* Assignment: Where the string "Rectangle" appears in a line of the data, show that line.
(Task inputs begins)
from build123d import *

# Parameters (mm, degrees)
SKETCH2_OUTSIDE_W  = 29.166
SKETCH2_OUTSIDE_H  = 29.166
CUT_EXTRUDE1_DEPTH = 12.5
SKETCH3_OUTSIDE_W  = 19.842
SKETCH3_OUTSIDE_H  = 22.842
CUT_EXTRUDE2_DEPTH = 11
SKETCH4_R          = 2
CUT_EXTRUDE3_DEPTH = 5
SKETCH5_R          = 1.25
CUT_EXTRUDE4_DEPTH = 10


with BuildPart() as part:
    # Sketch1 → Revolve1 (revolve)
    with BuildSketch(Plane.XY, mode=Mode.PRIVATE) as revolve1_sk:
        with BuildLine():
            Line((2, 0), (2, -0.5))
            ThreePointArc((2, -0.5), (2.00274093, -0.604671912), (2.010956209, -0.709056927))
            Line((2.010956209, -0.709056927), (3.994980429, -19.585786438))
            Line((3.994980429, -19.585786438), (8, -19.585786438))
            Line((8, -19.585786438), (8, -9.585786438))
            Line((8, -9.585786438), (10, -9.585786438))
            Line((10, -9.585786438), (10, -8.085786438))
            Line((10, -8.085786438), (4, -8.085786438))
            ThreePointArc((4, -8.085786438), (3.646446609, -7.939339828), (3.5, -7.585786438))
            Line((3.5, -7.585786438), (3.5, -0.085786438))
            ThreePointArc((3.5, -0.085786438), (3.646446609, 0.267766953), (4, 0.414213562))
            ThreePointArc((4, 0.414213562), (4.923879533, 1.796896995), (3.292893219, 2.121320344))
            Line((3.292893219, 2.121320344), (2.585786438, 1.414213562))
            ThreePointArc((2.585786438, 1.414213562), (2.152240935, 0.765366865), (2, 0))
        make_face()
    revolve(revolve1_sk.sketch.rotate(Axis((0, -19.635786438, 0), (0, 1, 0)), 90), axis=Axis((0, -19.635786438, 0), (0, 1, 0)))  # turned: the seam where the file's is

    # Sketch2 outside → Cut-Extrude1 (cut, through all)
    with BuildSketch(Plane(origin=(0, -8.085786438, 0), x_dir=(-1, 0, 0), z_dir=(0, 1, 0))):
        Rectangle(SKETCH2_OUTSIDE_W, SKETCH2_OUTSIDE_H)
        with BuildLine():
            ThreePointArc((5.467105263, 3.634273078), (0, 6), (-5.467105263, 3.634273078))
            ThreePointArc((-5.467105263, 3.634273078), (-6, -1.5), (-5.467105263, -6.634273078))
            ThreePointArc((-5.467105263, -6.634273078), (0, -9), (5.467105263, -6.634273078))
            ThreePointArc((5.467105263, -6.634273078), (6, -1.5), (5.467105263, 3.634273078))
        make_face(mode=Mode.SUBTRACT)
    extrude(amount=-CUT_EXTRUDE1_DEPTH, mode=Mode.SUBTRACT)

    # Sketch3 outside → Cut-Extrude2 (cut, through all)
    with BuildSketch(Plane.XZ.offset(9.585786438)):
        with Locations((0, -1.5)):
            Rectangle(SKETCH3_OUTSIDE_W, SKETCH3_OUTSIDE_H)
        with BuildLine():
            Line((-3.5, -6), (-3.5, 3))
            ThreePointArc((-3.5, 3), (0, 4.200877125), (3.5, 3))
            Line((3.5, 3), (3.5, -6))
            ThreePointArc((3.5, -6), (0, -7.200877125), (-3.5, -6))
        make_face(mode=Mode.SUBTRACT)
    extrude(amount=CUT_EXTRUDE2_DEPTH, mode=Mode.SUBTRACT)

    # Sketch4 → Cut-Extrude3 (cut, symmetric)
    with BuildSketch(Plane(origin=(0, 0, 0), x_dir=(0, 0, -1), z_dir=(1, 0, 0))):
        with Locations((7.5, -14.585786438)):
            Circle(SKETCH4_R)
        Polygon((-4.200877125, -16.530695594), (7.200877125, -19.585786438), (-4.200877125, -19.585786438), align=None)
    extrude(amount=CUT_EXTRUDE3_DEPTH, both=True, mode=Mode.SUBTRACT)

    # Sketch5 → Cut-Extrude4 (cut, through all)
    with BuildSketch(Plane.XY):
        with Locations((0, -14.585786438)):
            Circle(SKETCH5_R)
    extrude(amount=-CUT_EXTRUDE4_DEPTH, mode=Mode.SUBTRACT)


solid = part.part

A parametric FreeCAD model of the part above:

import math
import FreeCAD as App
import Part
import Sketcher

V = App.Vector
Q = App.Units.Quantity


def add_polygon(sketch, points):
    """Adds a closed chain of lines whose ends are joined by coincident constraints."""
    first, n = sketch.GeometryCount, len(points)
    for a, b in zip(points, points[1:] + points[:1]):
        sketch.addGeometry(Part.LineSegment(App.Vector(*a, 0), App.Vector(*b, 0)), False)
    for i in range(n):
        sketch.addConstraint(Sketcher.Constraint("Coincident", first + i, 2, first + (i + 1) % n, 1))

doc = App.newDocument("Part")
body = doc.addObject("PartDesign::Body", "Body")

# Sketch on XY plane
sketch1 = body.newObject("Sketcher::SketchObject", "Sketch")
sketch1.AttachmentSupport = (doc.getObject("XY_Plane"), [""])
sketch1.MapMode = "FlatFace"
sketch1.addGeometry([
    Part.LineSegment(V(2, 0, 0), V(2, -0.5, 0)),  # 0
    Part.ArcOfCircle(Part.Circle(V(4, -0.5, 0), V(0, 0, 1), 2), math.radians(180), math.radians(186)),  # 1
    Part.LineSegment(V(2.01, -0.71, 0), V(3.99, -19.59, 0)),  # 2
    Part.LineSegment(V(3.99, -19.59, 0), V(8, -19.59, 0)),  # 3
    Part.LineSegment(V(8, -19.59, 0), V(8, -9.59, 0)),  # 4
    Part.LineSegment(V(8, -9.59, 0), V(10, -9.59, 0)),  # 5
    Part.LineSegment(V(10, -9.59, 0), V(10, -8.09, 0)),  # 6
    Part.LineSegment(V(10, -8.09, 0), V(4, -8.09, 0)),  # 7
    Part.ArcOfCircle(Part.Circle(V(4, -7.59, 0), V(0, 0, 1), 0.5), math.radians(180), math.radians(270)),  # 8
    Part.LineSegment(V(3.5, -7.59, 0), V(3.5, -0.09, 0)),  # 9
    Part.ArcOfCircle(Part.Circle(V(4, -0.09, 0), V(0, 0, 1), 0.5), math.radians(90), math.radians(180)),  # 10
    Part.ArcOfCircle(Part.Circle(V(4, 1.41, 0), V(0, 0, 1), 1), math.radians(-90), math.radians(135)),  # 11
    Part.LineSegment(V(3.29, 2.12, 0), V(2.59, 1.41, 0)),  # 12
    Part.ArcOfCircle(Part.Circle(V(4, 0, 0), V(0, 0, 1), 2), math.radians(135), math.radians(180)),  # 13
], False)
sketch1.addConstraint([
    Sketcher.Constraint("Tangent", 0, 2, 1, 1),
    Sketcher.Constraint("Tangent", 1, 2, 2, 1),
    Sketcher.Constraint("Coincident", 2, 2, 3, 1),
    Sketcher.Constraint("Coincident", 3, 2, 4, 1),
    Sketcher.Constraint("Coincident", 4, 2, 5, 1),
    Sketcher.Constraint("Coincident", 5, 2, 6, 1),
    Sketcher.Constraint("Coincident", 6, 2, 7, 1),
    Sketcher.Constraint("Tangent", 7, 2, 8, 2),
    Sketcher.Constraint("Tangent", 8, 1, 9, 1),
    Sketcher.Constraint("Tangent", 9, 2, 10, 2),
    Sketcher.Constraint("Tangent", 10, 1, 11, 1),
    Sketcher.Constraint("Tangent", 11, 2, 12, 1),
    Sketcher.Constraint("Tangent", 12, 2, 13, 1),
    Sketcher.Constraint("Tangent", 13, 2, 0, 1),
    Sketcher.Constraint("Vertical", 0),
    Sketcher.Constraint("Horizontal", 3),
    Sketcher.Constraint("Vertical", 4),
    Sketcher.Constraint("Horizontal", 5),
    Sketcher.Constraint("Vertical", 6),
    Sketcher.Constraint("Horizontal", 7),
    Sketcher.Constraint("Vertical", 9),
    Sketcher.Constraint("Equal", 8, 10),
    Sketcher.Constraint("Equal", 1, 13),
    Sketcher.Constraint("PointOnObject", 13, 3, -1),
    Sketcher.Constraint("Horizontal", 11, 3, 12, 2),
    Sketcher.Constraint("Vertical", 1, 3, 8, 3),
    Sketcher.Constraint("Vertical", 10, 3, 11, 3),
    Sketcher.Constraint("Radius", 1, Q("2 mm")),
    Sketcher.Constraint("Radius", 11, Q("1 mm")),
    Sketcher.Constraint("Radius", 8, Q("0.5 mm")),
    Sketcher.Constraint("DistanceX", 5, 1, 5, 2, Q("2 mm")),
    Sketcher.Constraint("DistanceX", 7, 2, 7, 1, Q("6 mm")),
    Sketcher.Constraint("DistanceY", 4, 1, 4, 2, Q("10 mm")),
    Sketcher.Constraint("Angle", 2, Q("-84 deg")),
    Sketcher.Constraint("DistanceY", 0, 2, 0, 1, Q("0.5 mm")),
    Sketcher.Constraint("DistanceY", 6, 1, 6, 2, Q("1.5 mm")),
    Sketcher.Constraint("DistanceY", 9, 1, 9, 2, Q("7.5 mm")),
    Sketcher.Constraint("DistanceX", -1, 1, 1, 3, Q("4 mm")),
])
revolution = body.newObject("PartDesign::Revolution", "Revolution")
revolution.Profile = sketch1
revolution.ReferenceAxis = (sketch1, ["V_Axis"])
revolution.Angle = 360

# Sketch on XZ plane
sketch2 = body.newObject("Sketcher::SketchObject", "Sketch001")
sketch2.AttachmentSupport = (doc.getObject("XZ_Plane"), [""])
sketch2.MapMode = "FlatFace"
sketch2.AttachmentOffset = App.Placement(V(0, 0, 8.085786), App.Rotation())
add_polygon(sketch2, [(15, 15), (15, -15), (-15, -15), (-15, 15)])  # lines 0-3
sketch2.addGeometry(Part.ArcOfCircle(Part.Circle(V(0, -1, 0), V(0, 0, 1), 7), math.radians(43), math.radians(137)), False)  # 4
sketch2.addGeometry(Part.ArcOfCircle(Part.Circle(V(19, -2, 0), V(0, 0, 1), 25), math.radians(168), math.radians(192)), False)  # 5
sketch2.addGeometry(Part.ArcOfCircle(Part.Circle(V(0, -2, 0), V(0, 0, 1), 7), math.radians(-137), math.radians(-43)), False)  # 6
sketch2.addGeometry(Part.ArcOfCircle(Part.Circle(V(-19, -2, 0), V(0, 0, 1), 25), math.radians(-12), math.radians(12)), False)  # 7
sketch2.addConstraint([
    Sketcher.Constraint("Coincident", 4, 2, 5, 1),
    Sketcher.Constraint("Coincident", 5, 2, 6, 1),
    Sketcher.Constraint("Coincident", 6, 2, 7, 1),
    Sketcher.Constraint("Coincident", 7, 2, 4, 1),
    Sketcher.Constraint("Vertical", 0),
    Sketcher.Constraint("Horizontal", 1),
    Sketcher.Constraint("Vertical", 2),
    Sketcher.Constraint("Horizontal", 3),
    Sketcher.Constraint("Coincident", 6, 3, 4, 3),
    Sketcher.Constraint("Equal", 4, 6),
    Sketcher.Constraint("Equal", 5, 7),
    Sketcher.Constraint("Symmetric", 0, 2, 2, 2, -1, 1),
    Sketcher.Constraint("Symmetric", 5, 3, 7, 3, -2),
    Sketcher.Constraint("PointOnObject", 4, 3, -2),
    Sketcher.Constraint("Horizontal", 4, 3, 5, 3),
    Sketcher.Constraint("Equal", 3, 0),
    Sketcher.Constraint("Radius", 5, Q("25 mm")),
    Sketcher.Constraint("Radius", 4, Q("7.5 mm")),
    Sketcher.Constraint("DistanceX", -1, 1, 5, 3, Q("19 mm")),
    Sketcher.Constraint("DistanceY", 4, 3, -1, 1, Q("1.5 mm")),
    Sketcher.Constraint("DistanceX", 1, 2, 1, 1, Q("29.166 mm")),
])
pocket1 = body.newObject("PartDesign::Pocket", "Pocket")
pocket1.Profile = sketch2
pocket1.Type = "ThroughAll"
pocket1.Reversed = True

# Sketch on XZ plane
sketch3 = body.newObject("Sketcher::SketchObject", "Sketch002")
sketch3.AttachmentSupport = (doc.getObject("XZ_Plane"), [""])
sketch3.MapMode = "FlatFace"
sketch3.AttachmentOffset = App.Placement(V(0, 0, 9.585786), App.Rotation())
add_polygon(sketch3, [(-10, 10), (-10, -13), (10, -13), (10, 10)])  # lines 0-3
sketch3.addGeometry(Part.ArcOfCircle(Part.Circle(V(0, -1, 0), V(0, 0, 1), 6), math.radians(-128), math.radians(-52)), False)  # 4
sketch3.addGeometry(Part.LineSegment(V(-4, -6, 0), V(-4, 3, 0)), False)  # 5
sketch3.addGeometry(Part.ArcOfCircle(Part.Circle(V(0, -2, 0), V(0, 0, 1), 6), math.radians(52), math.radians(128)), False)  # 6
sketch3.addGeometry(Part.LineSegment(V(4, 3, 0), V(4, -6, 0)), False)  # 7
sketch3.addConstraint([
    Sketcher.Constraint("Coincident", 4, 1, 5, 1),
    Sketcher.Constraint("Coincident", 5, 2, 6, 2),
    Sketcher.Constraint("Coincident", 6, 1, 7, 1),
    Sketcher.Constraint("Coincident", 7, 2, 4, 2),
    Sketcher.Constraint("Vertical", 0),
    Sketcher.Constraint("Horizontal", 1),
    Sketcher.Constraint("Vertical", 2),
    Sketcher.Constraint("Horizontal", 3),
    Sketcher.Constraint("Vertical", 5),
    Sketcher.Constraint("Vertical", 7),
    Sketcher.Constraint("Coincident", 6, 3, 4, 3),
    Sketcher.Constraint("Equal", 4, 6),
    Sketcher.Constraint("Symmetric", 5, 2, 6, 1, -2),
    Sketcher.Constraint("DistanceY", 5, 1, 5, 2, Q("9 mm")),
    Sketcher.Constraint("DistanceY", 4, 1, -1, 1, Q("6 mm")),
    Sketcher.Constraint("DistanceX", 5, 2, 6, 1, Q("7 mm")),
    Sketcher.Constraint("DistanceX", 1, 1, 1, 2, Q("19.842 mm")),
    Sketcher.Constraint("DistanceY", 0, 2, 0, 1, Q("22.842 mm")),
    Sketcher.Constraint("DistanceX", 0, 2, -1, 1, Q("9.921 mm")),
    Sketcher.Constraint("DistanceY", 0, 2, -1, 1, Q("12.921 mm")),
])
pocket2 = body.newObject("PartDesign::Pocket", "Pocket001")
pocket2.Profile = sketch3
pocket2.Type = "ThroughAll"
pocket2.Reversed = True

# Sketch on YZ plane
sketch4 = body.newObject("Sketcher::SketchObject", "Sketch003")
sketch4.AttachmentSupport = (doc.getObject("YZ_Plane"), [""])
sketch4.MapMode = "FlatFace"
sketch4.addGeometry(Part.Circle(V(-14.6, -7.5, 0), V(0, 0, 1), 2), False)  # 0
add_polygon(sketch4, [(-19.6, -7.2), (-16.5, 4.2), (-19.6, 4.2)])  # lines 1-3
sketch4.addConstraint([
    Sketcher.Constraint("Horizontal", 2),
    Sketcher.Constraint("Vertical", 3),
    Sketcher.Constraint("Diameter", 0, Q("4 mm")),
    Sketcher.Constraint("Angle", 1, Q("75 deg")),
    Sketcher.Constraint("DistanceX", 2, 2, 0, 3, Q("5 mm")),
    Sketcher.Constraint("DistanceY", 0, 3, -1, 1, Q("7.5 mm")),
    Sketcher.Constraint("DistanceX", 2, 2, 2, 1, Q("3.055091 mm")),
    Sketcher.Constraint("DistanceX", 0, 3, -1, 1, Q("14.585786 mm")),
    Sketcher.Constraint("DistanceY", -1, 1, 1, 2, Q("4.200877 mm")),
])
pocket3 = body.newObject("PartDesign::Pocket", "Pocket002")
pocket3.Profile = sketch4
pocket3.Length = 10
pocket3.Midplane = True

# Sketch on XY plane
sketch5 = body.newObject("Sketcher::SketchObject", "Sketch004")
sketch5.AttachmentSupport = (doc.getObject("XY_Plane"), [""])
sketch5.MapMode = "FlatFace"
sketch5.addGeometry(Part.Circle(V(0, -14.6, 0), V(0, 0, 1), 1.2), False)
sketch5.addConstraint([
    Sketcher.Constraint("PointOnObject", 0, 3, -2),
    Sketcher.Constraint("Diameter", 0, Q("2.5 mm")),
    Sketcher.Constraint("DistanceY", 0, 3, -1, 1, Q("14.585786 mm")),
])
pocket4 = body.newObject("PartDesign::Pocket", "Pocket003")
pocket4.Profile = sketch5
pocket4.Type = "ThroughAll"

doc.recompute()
(Task inputs ends)
* Exercise response:
        Rectangle(SKETCH2_OUTSIDE_W, SKETCH2_OUTSIDE_H)
            Rectangle(SKETCH3_OUTSIDE_W, SKETCH3_OUTSIDE_H)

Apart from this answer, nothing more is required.